Assigned task →
Find the line with "from build123d import *" in the records below. Copy it and every line after it, up to and including the line with "Rebuilt in FreeCAD, every".

⟨

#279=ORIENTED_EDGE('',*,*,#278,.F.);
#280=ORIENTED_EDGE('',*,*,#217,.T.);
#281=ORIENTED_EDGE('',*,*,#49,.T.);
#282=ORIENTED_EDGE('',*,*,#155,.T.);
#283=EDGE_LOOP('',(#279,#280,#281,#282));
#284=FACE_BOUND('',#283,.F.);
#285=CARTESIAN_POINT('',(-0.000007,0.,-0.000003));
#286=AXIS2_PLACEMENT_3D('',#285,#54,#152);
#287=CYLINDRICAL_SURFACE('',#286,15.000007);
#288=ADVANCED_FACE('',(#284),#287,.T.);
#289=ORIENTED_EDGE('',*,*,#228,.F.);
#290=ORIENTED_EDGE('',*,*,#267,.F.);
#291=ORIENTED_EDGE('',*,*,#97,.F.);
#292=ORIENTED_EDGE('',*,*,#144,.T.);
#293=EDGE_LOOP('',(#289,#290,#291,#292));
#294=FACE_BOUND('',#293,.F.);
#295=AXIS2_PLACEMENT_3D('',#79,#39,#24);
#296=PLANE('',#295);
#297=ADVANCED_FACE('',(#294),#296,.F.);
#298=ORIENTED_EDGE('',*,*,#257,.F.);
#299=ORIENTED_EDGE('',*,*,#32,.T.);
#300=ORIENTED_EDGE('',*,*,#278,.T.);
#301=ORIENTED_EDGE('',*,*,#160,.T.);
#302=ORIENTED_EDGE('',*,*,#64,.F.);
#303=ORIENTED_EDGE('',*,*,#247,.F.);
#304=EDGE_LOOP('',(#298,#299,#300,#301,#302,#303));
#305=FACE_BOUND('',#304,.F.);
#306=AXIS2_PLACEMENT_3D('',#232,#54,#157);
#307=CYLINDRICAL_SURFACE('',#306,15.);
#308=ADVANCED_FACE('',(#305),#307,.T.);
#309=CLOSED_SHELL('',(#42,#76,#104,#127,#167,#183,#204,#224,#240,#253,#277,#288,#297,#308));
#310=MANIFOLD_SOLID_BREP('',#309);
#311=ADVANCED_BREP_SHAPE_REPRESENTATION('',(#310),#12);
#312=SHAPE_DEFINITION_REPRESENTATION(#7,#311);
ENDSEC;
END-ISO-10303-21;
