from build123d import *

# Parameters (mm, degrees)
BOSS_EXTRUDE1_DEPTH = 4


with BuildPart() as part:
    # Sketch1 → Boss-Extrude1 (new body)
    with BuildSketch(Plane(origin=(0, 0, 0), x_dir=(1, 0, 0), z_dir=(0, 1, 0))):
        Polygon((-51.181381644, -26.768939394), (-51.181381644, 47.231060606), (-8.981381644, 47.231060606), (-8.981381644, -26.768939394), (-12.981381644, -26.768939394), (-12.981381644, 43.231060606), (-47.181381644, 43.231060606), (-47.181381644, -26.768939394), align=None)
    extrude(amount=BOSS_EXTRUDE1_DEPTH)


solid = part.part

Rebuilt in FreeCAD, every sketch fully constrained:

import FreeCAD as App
import Part
import Sketcher

V = App.Vector

doc = App.newDocument("Part")
body = doc.addObject("PartDesign::Body", "Body")

# Sketch on XZ plane
sketch1 = body.newObject("Sketcher::SketchObject", "Sketch")
sketch1.AttachmentSupport = (doc.getObject("XZ_Plane"), [""])
sketch1.MapMode = "FlatFace"
sketch1.addGeometry(Part.LineSegment(V(-51.2, -47.2, 0), V(-51.2, 26.8, 0)), False)
sketch1.addGeometry(Part.LineSegment(V(-51.2, 26.8, 0), V(-47.2, 26.8, 0)), False)
sketch1.addGeometry(Part.LineSegment(V(-47.2, 26.8, 0), V(-47.2, -43.2, 0)), False)
sketch1.addGeometry(Part.LineSegment(V(-47.2, -43.2, 0), V(-13, -43.2, 0)), False)
sketch1.addGeometry(Part.LineSegment(V(-13, -43.2, 0), V(-13, 26.8, 0)), False)
sketch1.addGeometry(Part.LineSegment(V(-13, 26.8, 0), V(-9, 26.8, 0)), False)
sketch1.addGeometry(Part.LineSegment(V(-9, 26.8, 0), V(-9, -47.2, 0)), False)
sketch1.addGeometry(Part.LineSegment(V(-9, -47.2, 0), V(-51.2, -47.2, 0)), False)
sketch1.addConstraint(Sketcher.Constraint("Coincident", 0, 2, 1, 1))
sketch1.addConstraint(Sketcher.Constraint("Coincident", 1, 2, 2, 1))
sketch1.addConstraint(Sketcher.Constraint("Coincident", 2, 2, 3, 1))
sketch1.addConstraint(Sketcher.Constraint("Coincident", 3, 2, 4, 1))
sketch1.addConstraint(Sketcher.Constraint("Coincident", 4, 2, 5, 1))
sketch1.addConstraint(Sketcher.Constraint("Coincident", 5, 2, 6, 1))
sketch1.addConstraint(Sketcher.Constraint("Coincident", 6, 2, 7, 1))
sketch1.addConstraint(Sketcher.Constraint("Coincident", 7, 2, 0, 1))
sketch1.addConstraint(Sketcher.Constraint("Vertical", 0))
sketch1.addConstraint(Sketcher.Constraint("Horizontal", 1))
sketch1.addConstraint(Sketcher.Constraint("Vertical", 2))
sketch1.addConstraint(Sketcher.Constraint("Horizontal", 3))
sketch1.addConstraint(Sketcher.Constraint("Vertical", 4))
sketch1.addConstraint(Sketcher.Constraint("Horizontal", 5))
sketch1.addConstraint(Sketcher.Constraint("Vertical", 6))
sketch1.addConstraint(Sketcher.Constraint("Horizontal", 7))
sketch1.addConstraint(Sketcher.Constraint("Horizontal", 1, 2, 4, 2))
sketch1.addConstraint(Sketcher.Constraint("Equal", 1, 5))
sketch1.addConstraint(Sketcher.Constraint("DistanceX", 1, 1, 1, 2, 4.0))
sketch1.addConstraint(Sketcher.Constraint("DistanceY", 0, 1, 0, 2, 74.0))
sketch1.addConstraint(Sketcher.Constraint("DistanceY", 2, 2, 2, 1, 70.0))
sketch1.addConstraint(Sketcher.Constraint("DistanceX", 3, 1, 3, 2, 34.2))
sketch1.addConstraint(Sketcher.Constraint("DistanceX", 0, 2, -1, 1, 51.181382))
sketch1.addConstraint(Sketcher.Constraint("DistanceY", -1, 1, 0, 2, 26.768939))
pad1 = body.newObject("PartDesign::Pad", "Pad")
pad1.Profile = sketch1
pad1.Length = 4
pad1.Reversed = True

doc.recompute()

⟩

Answer area →
from build123d import *

# Parameters (mm, degrees)
BOSS_EXTRUDE1_DEPTH = 4


with BuildPart() as part:
    # Sketch1 → Boss-Extrude1 (new body)
    with BuildSketch(Plane(origin=(0, 0, 0), x_dir=(1, 0, 0), z_dir=(0, 1, 0))):
        Polygon((-51.181381644, -26.768939394), (-51.181381644, 47.231060606), (-8.981381644, 47.231060606), (-8.981381644, -26.768939394), (-12.981381644, -26.768939394), (-12.981381644, 43.231060606), (-47.181381644, 43.231060606), (-47.181381644, -26.768939394), align=None)
    extrude(amount=BOSS_EXTRUDE1_DEPTH)


solid = part.part

Rebuilt in FreeCAD, every sketch fully constrained:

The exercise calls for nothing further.